How the Rapid Transit System in Lagos Helps Fight Poverty in Africa

Rapid Transit System in LagosNigeria has been the center of an African population boom, with its population doubling to nearly 200 million in the last 30 years. Lagos is in the center of this boom, recently hitting a population of 21 million people. In 2010 at a United Nations Forum, the director of the Lagos Metropolitan Area Transport Authority (LAMATA) proposed the idea of a rapid transit system to be built in Lagos. The goals of the rapid transit system in Lagos were to:

  • Spur economic growth
  • Decrease pollution
  • Decrease congestion and increase connections

Lagos is considered a megacity, meaning a city with a population of over 10 million. The population growth in Lagos is faster than that of London and New York put together, with an estimated increase of 500,000 people a year. This boom has placed a major strain on the city’s public transportation system. Traffic congestion is a massive problem in Lagos, as it can take hours to travel just a few kilometers. This gridlocked traffic also contributes heavily to air pollution.

As Lagos grows, so does the demand for more land for housing, industry and social services. This has caused Lagos to spread outward into rural areas. As the rural areas become more populated, more people will need reliable transit to get to work or into the city for commerce and other services.
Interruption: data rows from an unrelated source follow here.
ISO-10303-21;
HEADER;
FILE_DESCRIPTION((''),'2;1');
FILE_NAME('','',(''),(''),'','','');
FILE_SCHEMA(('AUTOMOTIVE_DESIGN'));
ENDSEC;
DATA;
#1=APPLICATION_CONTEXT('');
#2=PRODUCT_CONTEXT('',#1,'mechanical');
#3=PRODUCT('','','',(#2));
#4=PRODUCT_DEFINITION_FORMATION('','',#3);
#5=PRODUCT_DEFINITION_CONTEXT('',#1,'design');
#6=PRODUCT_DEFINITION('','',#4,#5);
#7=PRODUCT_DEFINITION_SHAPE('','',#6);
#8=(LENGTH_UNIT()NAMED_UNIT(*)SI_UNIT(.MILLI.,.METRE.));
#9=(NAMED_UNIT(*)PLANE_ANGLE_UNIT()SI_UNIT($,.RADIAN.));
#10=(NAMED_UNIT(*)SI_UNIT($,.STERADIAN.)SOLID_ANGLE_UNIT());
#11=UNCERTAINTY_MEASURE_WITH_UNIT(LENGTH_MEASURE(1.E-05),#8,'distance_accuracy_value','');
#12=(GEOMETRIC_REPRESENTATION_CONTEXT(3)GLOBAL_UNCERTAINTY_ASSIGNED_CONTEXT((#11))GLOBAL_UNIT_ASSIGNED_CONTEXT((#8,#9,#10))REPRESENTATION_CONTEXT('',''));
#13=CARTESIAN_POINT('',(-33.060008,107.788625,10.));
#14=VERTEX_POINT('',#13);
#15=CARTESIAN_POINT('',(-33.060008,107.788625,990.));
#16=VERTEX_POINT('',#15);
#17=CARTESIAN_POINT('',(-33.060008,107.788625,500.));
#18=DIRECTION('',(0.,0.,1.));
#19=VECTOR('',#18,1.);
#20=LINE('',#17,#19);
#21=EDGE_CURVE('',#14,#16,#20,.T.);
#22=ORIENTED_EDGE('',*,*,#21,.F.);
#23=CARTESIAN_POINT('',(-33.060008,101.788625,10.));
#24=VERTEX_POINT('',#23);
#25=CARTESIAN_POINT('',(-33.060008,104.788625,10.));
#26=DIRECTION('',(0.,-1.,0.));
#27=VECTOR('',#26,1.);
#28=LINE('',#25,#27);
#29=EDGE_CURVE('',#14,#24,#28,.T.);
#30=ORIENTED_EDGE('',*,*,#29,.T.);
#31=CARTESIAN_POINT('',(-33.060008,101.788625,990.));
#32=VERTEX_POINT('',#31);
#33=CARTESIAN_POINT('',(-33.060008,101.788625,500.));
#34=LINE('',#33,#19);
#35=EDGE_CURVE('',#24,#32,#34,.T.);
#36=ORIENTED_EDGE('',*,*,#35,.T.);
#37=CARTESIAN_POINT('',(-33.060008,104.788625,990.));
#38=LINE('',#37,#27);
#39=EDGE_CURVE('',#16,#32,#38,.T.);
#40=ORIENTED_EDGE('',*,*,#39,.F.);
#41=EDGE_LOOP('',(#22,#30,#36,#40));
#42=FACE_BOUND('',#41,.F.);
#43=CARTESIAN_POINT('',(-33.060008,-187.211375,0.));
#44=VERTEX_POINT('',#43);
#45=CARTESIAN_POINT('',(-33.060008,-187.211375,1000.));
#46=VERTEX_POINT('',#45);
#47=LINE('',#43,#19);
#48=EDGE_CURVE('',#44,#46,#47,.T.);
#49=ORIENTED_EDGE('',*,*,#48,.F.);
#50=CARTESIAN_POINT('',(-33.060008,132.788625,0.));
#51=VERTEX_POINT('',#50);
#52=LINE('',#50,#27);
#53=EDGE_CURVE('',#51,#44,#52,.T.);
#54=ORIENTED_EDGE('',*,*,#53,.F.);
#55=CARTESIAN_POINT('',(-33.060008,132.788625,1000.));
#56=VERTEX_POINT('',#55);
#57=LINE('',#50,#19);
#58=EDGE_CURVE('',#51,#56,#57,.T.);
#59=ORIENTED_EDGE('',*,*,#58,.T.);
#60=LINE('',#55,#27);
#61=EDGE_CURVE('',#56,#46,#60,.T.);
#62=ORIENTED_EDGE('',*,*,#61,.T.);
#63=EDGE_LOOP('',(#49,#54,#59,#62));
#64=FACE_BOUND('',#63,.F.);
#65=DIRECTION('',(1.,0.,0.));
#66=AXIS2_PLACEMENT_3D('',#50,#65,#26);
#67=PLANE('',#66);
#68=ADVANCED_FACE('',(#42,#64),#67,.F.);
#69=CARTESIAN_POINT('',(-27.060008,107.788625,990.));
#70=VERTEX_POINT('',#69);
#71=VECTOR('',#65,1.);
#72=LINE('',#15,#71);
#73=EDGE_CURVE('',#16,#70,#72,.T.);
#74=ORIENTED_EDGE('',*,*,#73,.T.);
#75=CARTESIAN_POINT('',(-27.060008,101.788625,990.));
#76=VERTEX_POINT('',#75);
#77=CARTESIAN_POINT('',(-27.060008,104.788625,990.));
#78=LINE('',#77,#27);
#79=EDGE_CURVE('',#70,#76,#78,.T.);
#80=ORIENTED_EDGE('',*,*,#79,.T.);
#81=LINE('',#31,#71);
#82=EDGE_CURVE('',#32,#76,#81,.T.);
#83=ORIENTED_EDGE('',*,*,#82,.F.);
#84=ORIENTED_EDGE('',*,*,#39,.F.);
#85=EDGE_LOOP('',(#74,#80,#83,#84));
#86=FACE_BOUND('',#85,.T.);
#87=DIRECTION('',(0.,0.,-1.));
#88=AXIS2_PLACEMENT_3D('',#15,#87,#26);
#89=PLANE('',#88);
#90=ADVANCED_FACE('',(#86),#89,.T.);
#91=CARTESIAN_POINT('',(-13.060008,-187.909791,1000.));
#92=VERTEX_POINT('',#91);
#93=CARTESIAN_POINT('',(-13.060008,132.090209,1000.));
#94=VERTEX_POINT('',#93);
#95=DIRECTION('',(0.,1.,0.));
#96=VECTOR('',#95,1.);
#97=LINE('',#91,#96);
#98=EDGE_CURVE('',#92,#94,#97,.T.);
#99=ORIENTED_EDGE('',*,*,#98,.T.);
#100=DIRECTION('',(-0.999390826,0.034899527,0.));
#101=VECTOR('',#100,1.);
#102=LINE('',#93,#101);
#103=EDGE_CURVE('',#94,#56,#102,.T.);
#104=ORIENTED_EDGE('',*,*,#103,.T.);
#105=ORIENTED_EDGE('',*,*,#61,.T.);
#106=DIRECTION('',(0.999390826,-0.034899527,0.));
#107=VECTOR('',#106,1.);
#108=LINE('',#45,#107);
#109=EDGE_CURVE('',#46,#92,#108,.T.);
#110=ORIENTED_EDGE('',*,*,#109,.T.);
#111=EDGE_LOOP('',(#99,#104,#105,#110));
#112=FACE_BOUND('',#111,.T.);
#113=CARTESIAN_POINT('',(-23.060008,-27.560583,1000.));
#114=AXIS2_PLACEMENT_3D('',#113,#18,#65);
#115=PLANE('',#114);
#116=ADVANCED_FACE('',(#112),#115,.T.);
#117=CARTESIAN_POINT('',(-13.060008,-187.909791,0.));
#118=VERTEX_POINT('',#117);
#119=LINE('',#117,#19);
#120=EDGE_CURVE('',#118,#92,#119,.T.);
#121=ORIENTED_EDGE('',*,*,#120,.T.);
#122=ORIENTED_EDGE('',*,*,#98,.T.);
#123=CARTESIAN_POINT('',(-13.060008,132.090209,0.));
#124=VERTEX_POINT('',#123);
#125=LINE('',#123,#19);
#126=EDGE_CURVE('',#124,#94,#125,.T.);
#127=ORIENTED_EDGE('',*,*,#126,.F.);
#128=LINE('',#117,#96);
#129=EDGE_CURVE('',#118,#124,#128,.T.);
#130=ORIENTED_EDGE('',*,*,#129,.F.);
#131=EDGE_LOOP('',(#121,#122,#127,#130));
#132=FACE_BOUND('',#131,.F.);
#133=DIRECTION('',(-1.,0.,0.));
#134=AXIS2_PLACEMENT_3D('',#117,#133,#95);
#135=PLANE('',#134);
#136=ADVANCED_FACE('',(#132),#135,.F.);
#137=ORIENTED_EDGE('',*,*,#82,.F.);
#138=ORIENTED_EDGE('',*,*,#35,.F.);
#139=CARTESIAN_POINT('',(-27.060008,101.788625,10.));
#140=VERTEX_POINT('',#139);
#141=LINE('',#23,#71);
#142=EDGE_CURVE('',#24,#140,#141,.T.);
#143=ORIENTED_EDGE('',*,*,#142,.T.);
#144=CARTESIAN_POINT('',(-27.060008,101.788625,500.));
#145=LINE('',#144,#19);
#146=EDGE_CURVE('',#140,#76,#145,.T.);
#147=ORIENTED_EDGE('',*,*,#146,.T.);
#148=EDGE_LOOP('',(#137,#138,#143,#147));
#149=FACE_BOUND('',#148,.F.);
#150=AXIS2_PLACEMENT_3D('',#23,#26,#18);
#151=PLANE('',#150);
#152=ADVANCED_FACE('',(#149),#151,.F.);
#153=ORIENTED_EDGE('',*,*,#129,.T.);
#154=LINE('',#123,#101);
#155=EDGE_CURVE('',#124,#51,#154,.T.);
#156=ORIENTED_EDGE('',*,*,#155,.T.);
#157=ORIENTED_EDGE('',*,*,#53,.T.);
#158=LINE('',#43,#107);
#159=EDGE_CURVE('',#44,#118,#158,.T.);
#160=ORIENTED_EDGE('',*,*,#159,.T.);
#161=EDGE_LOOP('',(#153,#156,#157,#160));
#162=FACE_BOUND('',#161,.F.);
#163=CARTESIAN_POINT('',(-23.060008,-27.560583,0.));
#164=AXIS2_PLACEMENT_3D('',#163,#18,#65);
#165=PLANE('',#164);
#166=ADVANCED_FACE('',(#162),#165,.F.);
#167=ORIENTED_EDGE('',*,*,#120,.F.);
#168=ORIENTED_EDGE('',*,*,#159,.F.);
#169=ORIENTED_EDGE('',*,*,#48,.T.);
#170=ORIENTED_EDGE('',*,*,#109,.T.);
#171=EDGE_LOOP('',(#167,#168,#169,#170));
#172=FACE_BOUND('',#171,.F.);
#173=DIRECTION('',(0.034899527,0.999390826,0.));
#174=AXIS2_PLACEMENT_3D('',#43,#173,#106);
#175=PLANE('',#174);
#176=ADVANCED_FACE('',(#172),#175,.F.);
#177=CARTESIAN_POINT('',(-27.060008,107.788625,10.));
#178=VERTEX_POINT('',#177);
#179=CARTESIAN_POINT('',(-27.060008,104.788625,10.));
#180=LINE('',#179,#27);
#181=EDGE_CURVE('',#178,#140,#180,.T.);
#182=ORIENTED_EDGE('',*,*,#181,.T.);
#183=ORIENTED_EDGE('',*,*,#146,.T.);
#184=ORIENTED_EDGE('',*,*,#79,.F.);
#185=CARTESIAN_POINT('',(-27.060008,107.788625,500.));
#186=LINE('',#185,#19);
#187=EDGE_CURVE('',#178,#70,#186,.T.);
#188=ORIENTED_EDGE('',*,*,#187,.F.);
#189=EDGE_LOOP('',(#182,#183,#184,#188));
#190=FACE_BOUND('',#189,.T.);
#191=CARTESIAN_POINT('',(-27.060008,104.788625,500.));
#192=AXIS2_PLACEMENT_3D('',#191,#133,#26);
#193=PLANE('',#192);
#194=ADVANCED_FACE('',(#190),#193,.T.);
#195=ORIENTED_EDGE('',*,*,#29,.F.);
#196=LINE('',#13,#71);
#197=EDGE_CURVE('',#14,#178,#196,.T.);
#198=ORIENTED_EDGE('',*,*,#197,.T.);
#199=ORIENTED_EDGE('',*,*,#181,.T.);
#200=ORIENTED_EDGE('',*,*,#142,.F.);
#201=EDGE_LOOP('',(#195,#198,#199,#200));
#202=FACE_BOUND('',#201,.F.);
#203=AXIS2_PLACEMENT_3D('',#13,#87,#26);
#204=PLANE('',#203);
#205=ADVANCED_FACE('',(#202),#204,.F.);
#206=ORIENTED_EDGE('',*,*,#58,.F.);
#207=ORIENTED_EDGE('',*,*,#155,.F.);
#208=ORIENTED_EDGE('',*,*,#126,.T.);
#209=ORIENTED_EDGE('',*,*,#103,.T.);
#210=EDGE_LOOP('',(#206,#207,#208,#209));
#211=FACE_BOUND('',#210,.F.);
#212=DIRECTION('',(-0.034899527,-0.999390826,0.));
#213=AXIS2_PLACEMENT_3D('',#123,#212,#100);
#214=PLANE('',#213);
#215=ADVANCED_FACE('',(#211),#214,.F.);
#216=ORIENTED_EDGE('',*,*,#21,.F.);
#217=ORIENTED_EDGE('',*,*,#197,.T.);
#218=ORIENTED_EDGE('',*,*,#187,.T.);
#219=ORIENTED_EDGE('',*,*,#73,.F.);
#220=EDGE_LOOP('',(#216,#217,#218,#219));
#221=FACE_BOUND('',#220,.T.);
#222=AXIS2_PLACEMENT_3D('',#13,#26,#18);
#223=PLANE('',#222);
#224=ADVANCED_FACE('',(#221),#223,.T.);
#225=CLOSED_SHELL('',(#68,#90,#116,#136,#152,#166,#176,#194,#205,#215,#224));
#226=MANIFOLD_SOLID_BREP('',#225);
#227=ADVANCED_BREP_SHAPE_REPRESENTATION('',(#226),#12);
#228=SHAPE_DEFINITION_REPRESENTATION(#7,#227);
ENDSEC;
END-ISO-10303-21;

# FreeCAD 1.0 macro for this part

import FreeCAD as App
import Part
import Sketcher
from FreeCAD import Vector
Q = App.Units.Quantity


def add_polygon(sketch, points):
    """Adds a closed chain of lines whose ends are joined by coincident constraints."""
    first, n = sketch.GeometryCount, len(points)
    for a, b in zip(points, points[1:] + points[:1]):
        sketch.addGeometry(Part.LineSegment(App.Vector(*a, 0), App.Vector(*b, 0)), False)
    for i in range(n):
        sketch.addConstraint(Sketcher.Constraint("Coincident", first + i, 2, first + (i + 1) % n, 1))

doc = App.newDocument("Part")
params = doc.addObject("Spreadsheet::Sheet", "Params")
for row, (alias, value) in enumerate([
    ("sketch1_height", "320 mm"),
    ("pad1_length", "1000 mm"),
    ("sketch2_width", "6 mm"),
    ("sketch2_height", "980 mm"),
    ("pocket1_length", "6 mm"),
], start=1):
    params.set(f"A{row}", alias)
    params.set(f"B{row}", "=" + value)
    params.setAlias(f"B{row}", alias)

body = doc.addObject("PartDesign::Body", "Body")

# Sketch on XY plane
sketch1 = body.newObject("Sketcher::SketchObject", "Sketch")
sketch1.AttachmentSupport = (doc.getObject("XY_Plane"), [""])
sketch1.MapMode = "FlatFace"
add_polygon(sketch1, [(-13, -188), (-13, 132), (-33, 133), (-33, -187)])  # lines 0-3
sketch1.addConstraint([
    Sketcher.Constraint("Vertical", 0),
    Sketcher.Constraint("Vertical", 2),
    Sketcher.Constraint("Parallel", 1, 3),
    Sketcher.Constraint("DistanceY", 0, 1, 0, 2, Q("320 mm")),
    Sketcher.Constraint("Angle", 1, Q("177.999998 deg")),
    Sketcher.Constraint("DistanceX", 1, 2, 0, 2, Q("20 mm")),
    Sketcher.Constraint("DistanceY", -1, 1, 0, 2, Q("132.090209 mm")),
    Sketcher.Constraint("DistanceX", 1, 2, -1, 1, Q("33.060008 mm")),
])
sketch1.setExpression("Constraints[7]", "Params.sketch1_height")
pad1 = body.newObject("PartDesign::Pad", "Pad")
pad1.Profile = sketch1
pad1.setExpression("Length", "Params.pad1_length")

# Sketch on YZ plane
sketch2 = body.newObject("Sketcher::SketchObject", "Sketch001")
sketch2.AttachmentSupport = (doc.getObject("YZ_Plane"), [""])
sketch2.MapMode = "FlatFace"
sketch2.AttachmentOffset = App.Placement(Vector(0, 0, -33.060008), App.Rotation())
add_polygon(sketch2, [(108, 990), (108, 10), (102, 10), (102, 990)])  # lines 0-3
sketch2.addConstraint([
    Sketcher.Constraint("Vertical", 0),
    Sketcher.Constraint("Horizontal", 1),
    Sketcher.Constraint("Vertical", 2),
    Sketcher.Constraint("Horizontal", 3),
    Sketcher.Constraint("DistanceX", 1, 2, 1, 1, Q("6 mm")),
    Sketcher.Constraint("DistanceY", 0, 2, 0, 1, Q("980 mm")),
    Sketcher.Constraint("DistanceY", -1, 1, 0, 2, Q("10 mm")),
    Sketcher.Constraint("DistanceX", -1, 1, 0, 2, Q("107.788625 mm")),
])
sketch2.setExpression("Constraints[8]", "Params.sketch2_width")
sketch2.setExpression("Constraints[9]", "Params.sketch2_height")
pocket1 = body.newObject("PartDesign::Pocket", "Pocket")
pocket1.Profile = sketch2
pocket1.setExpression("Length", "Params.pocket1_length")
pocket1.Reversed = True

doc.recompute()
In 2010, the director of LAMATA proposed the idea for a rapid transit system in Lagos. This system consists of various buses that can fit approximately 30 people, running day in and day out to ensure residents can get to work, shops and back. The buses are often overcrowded and the roads are in poor condition and unable to handle the sheer volume of public transit. While the introduction of a rapid bus transit system in 2010 made great strides toward increasing economic opportunity and increasing connections, the rapid population growth makes it inadequate in addressing congestion and air pollution.

Since 2014, Lagos has been undergoing a massive project to expand its rapid transit system, providing more options for the unique situation of a rapidly growing megacity. In addition to the multitude of busses, Lagos is constructing a light rail system to be developed by LAMATA. LAMATA has proposed seven light rail lines in the new network: red, blue, green, yellow, purple, brown and orange.

The trains Lagos will use in its rapid transit system are known as Electric Multiple Units (EMUs) and are free of carbon emissions. This will continue to aid Lagos in its efforts to reduce air pollution. Furthermore, the EMUs are much easier and more cost-effective to maintain than diesel locomotives. A plan to construct 35 pedestrian bridges over roads and high traffic areas will also work to decrease congestion.

Not only does this plan include the production of light rails and pedestrian bridges, but it also addresses other growing infrastructure needs in the megacity. Other infrastructure improvements as part of the project are stations, control and communication systems, workshop training facilities for train drivers and a drainage system.

Originally, the rapid transit system in Lagos was only capable of transporting 220,000 people both ways in a day. With this new project, a single line is projected to carry 400,000 passengers daily, with a total capacity of 700,000 passengers upon the completion of the light rail system. The interconnectedness of the rapid transit light rail system will work to spur economic growth.

Along with the construction of the EMU trains and stations, many jobs will need to be filled to maintain a stellar experience that continues to attract current private transportation users as well as meet the needs of Lagos residents relying on the rapid transit system. Jobs to be created include working for station operations, station maintenance, ticketing, cleaning, information services kiosks and centers for other public transit needs.

Lagos, Nigeria and the continent of Africa will continue to experience rapid population growth as nations continue to develop. The rapid transit system in Lagos has worked to connect rural areas to centers of commerce, decrease road congestion and decrease growing air pollution. With the addition of EMU train light rails to the rapid transit system, these advancements will only continue increasing the appeal of the megacity to the rest of the world.